┌────────
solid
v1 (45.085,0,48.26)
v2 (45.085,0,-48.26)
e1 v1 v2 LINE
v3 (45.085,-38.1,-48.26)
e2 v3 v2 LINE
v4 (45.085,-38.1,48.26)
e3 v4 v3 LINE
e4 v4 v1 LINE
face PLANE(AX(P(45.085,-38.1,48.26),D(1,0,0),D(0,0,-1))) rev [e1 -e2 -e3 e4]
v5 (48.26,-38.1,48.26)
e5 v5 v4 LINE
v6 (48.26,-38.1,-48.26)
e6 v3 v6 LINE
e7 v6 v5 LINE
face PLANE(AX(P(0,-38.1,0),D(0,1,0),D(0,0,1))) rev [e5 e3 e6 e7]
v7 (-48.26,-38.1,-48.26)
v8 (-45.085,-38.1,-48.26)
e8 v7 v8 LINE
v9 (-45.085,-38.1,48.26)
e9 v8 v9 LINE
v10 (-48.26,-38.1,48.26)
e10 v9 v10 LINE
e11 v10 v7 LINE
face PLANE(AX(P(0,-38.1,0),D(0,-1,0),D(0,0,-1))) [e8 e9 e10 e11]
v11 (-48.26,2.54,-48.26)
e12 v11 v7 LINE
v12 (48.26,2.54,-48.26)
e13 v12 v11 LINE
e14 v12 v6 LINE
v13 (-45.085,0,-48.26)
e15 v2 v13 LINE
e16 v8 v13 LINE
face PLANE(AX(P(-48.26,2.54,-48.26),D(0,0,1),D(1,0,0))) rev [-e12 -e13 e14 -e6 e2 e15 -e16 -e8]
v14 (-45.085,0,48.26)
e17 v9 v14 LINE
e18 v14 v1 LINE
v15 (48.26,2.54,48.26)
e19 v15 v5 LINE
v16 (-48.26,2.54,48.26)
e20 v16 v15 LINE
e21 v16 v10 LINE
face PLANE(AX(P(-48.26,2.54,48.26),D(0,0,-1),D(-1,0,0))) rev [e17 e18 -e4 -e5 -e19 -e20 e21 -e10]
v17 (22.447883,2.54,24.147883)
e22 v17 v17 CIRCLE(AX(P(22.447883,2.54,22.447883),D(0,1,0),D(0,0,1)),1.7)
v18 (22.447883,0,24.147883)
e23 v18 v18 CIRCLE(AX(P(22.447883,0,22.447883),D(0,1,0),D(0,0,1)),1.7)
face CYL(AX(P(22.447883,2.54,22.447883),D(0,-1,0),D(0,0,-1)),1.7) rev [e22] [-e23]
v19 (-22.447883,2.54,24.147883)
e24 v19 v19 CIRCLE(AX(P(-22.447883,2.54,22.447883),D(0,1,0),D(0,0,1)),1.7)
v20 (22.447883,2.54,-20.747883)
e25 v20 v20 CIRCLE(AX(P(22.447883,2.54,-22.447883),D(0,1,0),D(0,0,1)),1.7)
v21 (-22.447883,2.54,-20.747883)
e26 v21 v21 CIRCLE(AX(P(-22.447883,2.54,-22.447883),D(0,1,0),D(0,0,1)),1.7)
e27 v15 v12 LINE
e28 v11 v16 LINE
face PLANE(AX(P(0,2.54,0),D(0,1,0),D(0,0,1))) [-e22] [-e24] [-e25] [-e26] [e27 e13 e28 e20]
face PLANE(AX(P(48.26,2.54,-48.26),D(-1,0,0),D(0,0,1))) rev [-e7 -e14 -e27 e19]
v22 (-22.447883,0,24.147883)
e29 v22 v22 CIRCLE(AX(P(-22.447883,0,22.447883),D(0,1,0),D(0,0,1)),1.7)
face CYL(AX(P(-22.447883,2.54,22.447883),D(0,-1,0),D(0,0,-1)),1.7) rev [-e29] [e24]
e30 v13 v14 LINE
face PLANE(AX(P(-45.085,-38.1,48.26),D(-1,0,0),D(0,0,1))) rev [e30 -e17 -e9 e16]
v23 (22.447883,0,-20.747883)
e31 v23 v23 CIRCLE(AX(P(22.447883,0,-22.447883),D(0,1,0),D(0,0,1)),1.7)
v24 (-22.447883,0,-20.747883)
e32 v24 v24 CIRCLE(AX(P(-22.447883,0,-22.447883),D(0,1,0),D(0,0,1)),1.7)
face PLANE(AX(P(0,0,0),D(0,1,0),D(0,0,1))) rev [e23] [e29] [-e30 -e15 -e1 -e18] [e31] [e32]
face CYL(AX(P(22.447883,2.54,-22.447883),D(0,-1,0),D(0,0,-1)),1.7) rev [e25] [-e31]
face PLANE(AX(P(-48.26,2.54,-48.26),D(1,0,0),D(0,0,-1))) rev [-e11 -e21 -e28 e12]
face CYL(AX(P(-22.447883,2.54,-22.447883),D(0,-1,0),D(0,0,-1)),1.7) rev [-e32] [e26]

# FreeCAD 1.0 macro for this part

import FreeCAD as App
import Part
import Sketcher
Q = App.Units.Quantity

doc = App.newDocument("Part")
params = doc.addObject("Spreadsheet::Sheet", "Params")
for row, (alias, value) in enumerate([
    ("sketch1_width", "3.8 in"),
    ("pad1_length", "0.1 in"),
    ("sketch2_height", "3.8 in"),
    ("sketch2_width", "0.125 in"),
    ("pad2_length", "1.5 in"),
], start=1):
    params.set(f"A{row}", alias)
    params.set(f"B{row}", "=" + value)
    params.setAlias(f"B{row}", alias)

body = doc.addObject("PartDesign::Body", "Body")

sketch1 = body.newObject("Sketcher::SketchObject", "Sketch")
sketch1.AttachmentSupport = (doc.getObject("XZ_Plane"), [""])
sketch1.MapMode = "FlatFace"
sketch1.addGeometry([
    Part.LineSegment(App.Vector(-48.26, -48.26, 0), App.Vector(-48.26, 48.26, 0)),
    Part.LineSegment(App.Vector(-48.26, 48.26, 0), App.Vector(48.26, 48.26, 0)),
    Part.LineSegment(App.Vector(48.26, 48.26, 0), App.Vector(48.26, -48.26, 0)),
    Part.LineSegment(App.Vector(48.26, -48.26, 0), App.Vector(-48.26, -48.26, 0)),
    Part.Circle(App.Vector(-22.447883, 22.447883, 0), App.Vector(0, 0, 1), 1.7),
    Part.Circle(App.Vector(22.447883, 22.447883, 0), App.Vector(0, 0, 1), 1.7),
    Part.Circle(App.Vector(-22.447883, -22.447883, 0), App.Vector(0, 0, 1), 1.7),
    Part.Circle(App.Vector(22.447883, -22.447883, 0), App.Vector(0, 0, 1), 1.7),
], False)
sketch1.addConstraint([
    Sketcher.Constraint("Coincident", 0, 2, 1, 1),
    Sketcher.Constraint("Coincident", 1, 2, 2, 1),
    Sketcher.Constraint("Coincident", 2, 2, 3, 1),
    Sketcher.Constraint("Coincident", 3, 2, 0, 1),
    Sketcher.Constraint("Vertical", 0),
    Sketcher.Constraint("Horizontal", 1),
    Sketcher.Constraint("Vertical", 2),
    Sketcher.Constraint("Horizontal", 3),
    Sketcher.Constraint("Equal", 4, 5),
    Sketcher.Constraint("Equal", 5, 6),
    Sketcher.Constraint("Equal", 6, 7),
    Sketcher.Constraint("Symmetric", 5, 3, 6, 3, -1, 1),
    Sketcher.Constraint("Symmetric", 4, 3, 7, 3, -1, 1),
    Sketcher.Constraint("Symmetric", 0, 2, 2, 2, -1, 1),
    Sketcher.Constraint("Symmetric", 4, 3, 5, 3, -2),
    Sketcher.Constraint("Equal", 3, 0),
    Sketcher.Constraint("DistanceX", 1, 1, 1, 2, Q("3.8 in")),
    Sketcher.Constraint("Diameter", 4, Q("3.4 mm")),
    Sketcher.Constraint("DistanceX", 4, 3, -1, 1, Q("22.447883 mm")),
    Sketcher.Constraint("DistanceY", -1, 1, 4, 3, Q("22.447883 mm")),
])
sketch1.setExpression("Constraints[16]", "Params.sketch1_width")
pad1 = body.newObject("PartDesign::Pad", "Pad")
pad1.Profile = sketch1
pad1.setExpression("Length", "Params.pad1_length")
pad1.Reversed = True

sketch2 = body.newObject("Sketcher::SketchObject", "Sketch001")
sketch2.AttachmentSupport = (doc.getObject("XZ_Plane"), [""])
sketch2.MapMode = "FlatFace"
sketch2.addGeometry([
    Part.LineSegment(App.Vector(-48.26, 48.26, 0), App.Vector(-48.26, -48.26, 0)),
    Part.LineSegment(App.Vector(-48.26, -48.26, 0), App.Vector(-45.085, -48.26, 0)),
    Part.LineSegment(App.Vector(-45.085, -48.26, 0), App.Vector(-45.085, 48.26, 0)),
    Part.LineSegment(App.Vector(-45.085, 48.26, 0), App.Vector(-48.26, 48.26, 0)),
    Part.LineSegment(App.Vector(45.085, 48.26, 0), App.Vector(45.085, -48.26, 0)),
    Part.LineSegment(App.Vector(45.085, -48.26, 0), App.Vector(48.26, -48.26, 0)),
    Part.LineSegment(App.Vector(48.26, -48.26, 0), App.Vector(48.26, 48.26, 0)),
    Part.LineSegment(App.Vector(48.26, 48.26, 0), App.Vector(45.085, 48.26, 0)),
], False)
sketch2.addConstraint([
    Sketcher.Constraint("Coincident", 0, 2, 1, 1),
    Sketcher.Constraint("Coincident", 1, 2, 2, 1),
    Sketcher.Constraint("Coincident", 2, 2, 3, 1),
    Sketcher.Constraint("Coincident", 3, 2, 0, 1),
    Sketcher.Constraint("Coincident", 4, 2, 5, 1),
    Sketcher.Constraint("Coincident", 5, 2, 6, 1),
    Sketcher.Constraint("Coincident", 6, 2, 7, 1),
    Sketcher.Constraint("Coincident", 7, 2, 4, 1),
    Sketcher.Constraint("Vertical", 0),
    Sketcher.Constraint("Horizontal", 1),
    Sketcher.Constraint("Vertical", 2),
    Sketcher.Constraint("Horizontal", 3),
    Sketcher.Constraint("Vertical", 4),
    Sketcher.Constraint("Horizontal", 5),
    Sketcher.Constraint("Vertical", 6),
    Sketcher.Constraint("Horizontal", 7),
    Sketcher.Constraint("Symmetric", 2, 2, 4, 2, -1, 1),
    Sketcher.Constraint("Symmetric", 0, 2, 6, 2, -1, 1),
    Sketcher.Constraint("Horizontal", 1, 2, 4, 2),
    Sketcher.Constraint("DistanceY", 0, 2, 0, 1, Q("3.8 in")),
    Sketcher.Constraint("DistanceX", 0, 2, -1, 1, Q("1.9 in")),
    Sketcher.Constraint("DistanceX", 1, 1, 1, 2, Q("0.125 in")),
])
sketch2.setExpression("Constraints[19]", "Params.sketch2_height")
sketch2.setExpression("Constraints[21]", "Params.sketch2_width")
pad2 = body.newObject("PartDesign::Pad", "Pad001")
pad2.Profile = sketch2
pad2.setExpression("Length", "Params.pad2_length")

doc.recompute()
└────────
# Exercise prompt
The lines above, from the first through the one containing "e8 v7 v8 LINE", must be restated word for word, with nothing added.

# Completed exercise
solid
v1 (45.085,0,48.26)
v2 (45.085,0,-48.26)
e1 v1 v2 LINE
v3 (45.085,-38.1,-48.26)
e2 v3 v2 LINE
v4 (45.085,-38.1,48.26)
e3 v4 v3 LINE
e4 v4 v1 LINE
face PLANE(AX(P(45.085,-38.1,48.26),D(1,0,0),D(0,0,-1))) rev [e1 -e2 -e3 e4]
v5 (48.26,-38.1,48.26)
e5 v5 v4 LINE
v6 (48.26,-38.1,-48.26)
e6 v3 v6 LINE
e7 v6 v5 LINE
face PLANE(AX(P(0,-38.1,0),D(0,1,0),D(0,0,1))) rev [e5 e3 e6 e7]
v7 (-48.26,-38.1,-48.26)
v8 (-45.085,-38.1,-48.26)
e8 v7 v8 LINE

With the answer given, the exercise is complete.